Open DevTools and inspect the editor element: CodeMirror 5 wraps it in a .CodeMirror element with cm--prefixed token classes, while CodeMirror 6 uses cm-editor, cm-content, and cm-line classes. In the Console, typing CodeMirror will return an object if the page runs CodeMirror 5. You can also filter the Network tab for "codemirror" to spot codemirror.js/codemirror.css or @codemirror/ packages. Tools like Wappalyzer and BuiltWith often report it under JavaScript libraries.
Is CodeMirror the same as the editor in VS Code?
No. The editor in Visual Studio Code, and in VS Code for the Web, is Monaco, a separate open-source project. CodeMirror is an independent, lighter-weight editor that predates Monaco's public release and is often chosen for embedding when a leaner, highly modular editor is preferable to Monaco's heavier, IDE-grade feature set.

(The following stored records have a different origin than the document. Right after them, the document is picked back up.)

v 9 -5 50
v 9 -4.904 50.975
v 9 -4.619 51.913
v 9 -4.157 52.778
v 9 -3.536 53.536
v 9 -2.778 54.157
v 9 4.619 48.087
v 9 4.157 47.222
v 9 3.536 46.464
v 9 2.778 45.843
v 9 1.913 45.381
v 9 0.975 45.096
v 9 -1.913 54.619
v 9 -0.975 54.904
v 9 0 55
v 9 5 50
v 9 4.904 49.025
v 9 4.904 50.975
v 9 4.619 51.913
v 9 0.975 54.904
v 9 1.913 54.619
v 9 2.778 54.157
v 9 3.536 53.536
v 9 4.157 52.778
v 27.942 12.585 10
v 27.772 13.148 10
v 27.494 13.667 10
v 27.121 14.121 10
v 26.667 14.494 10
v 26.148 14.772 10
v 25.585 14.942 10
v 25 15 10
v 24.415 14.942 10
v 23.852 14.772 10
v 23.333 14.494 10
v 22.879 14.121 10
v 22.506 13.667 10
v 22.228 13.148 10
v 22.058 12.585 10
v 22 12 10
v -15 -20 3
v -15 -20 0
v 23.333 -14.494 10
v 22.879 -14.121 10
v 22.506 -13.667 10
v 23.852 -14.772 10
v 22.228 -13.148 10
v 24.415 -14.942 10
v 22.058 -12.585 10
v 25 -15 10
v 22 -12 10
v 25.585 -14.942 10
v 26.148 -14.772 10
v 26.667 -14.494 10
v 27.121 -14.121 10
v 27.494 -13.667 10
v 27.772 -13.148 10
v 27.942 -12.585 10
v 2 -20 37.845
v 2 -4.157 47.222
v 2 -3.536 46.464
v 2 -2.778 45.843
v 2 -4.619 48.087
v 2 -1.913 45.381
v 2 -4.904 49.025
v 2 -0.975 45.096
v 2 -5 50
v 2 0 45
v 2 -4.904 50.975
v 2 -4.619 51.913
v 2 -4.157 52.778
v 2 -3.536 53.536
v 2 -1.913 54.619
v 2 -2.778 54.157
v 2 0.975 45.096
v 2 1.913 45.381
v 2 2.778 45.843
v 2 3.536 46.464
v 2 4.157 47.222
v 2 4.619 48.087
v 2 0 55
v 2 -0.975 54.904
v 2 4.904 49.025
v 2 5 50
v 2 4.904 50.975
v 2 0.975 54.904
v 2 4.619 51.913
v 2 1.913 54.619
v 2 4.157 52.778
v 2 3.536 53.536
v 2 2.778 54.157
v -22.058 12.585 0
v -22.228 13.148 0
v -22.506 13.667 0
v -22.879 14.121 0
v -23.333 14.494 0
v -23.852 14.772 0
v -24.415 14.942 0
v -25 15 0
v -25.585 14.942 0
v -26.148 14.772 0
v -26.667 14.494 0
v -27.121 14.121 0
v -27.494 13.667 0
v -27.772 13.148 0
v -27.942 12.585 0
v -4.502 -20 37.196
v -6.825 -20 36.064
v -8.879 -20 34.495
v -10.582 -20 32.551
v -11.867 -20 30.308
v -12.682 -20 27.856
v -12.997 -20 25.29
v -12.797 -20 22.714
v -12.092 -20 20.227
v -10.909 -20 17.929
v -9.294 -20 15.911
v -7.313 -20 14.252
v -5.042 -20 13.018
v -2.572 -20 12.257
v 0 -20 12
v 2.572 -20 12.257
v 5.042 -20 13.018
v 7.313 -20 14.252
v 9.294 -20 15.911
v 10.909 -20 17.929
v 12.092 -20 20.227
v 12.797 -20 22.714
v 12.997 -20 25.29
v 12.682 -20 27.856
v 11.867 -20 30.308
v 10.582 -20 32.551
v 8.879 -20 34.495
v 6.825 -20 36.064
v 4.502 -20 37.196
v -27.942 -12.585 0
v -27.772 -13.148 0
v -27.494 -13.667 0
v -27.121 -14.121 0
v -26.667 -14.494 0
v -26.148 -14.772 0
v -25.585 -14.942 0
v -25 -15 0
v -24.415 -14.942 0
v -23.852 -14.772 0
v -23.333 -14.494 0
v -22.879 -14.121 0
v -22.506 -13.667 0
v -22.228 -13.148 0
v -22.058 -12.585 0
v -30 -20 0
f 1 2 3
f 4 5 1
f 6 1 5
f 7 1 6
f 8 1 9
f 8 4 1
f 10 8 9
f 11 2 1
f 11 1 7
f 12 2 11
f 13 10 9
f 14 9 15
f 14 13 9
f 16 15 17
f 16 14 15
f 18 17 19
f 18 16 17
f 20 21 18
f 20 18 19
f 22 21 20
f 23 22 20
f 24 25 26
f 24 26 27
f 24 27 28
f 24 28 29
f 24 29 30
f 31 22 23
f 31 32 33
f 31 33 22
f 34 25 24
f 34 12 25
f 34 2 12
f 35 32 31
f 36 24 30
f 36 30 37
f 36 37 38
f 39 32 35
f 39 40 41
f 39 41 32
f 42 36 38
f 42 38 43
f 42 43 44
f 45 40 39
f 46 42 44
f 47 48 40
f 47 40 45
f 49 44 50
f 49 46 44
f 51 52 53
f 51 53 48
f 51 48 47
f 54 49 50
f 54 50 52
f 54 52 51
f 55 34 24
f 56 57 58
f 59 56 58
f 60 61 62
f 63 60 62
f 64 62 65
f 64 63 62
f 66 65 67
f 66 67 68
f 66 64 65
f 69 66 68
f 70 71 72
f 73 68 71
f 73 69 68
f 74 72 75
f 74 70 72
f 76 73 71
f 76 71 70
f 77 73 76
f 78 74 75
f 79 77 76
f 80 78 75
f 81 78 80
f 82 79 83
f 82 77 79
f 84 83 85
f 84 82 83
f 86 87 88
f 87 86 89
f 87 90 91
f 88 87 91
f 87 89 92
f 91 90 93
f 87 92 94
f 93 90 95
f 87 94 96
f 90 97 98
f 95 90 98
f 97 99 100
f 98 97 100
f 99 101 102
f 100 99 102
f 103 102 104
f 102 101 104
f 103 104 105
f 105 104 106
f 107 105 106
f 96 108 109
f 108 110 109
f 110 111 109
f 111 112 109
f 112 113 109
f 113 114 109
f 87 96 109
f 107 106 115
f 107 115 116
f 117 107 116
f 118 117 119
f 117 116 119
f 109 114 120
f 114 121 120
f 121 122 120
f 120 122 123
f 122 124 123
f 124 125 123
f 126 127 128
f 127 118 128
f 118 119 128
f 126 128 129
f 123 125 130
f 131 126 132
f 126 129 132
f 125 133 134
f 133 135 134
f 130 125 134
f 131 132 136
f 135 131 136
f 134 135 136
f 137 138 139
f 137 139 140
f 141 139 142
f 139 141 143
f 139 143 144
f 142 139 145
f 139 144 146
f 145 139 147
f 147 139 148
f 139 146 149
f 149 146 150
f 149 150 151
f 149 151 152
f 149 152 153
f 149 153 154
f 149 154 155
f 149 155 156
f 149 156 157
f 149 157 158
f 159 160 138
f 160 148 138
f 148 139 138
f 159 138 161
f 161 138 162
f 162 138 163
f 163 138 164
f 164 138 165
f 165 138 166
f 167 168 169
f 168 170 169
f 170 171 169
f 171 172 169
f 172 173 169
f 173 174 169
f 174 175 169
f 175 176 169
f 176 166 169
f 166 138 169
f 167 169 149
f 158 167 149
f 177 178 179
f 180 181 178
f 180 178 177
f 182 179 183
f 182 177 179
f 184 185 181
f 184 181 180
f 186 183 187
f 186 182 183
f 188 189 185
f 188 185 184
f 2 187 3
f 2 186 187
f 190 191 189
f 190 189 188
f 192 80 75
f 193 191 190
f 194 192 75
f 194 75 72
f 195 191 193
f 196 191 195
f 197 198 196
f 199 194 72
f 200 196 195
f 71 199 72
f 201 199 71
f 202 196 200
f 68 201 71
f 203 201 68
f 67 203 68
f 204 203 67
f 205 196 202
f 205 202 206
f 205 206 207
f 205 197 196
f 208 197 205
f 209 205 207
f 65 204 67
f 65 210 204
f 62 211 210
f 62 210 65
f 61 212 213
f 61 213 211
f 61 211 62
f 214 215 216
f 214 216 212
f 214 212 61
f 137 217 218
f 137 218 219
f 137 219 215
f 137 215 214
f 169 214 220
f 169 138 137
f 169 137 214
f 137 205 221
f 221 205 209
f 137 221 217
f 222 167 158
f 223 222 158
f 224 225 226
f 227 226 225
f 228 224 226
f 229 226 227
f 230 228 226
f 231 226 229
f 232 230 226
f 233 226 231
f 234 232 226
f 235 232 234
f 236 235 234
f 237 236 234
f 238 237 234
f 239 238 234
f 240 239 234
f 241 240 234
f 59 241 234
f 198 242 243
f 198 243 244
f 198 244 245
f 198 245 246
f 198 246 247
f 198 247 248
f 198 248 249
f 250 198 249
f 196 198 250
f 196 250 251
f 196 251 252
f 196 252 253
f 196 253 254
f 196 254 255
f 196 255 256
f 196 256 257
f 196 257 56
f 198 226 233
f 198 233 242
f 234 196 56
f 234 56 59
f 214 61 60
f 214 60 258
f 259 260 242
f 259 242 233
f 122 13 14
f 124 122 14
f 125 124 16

The two are competitors in the in-browser editor space, but they are distinct codebases.
Does CodeMirror work on mobile and touch devices?
CodeMirror 6 was rewritten with a strong emphasis on robust input handling, accessibility, and better support for touch devices and on-screen keyboards, improving the experience on phones and tablets compared with the older line. Code editing on small touchscreens is inherently challenging, but the modern version handles selection, scrolling, and input far more gracefully. Many responsive web apps embed CodeMirror precisely because it adapts to a range of devices.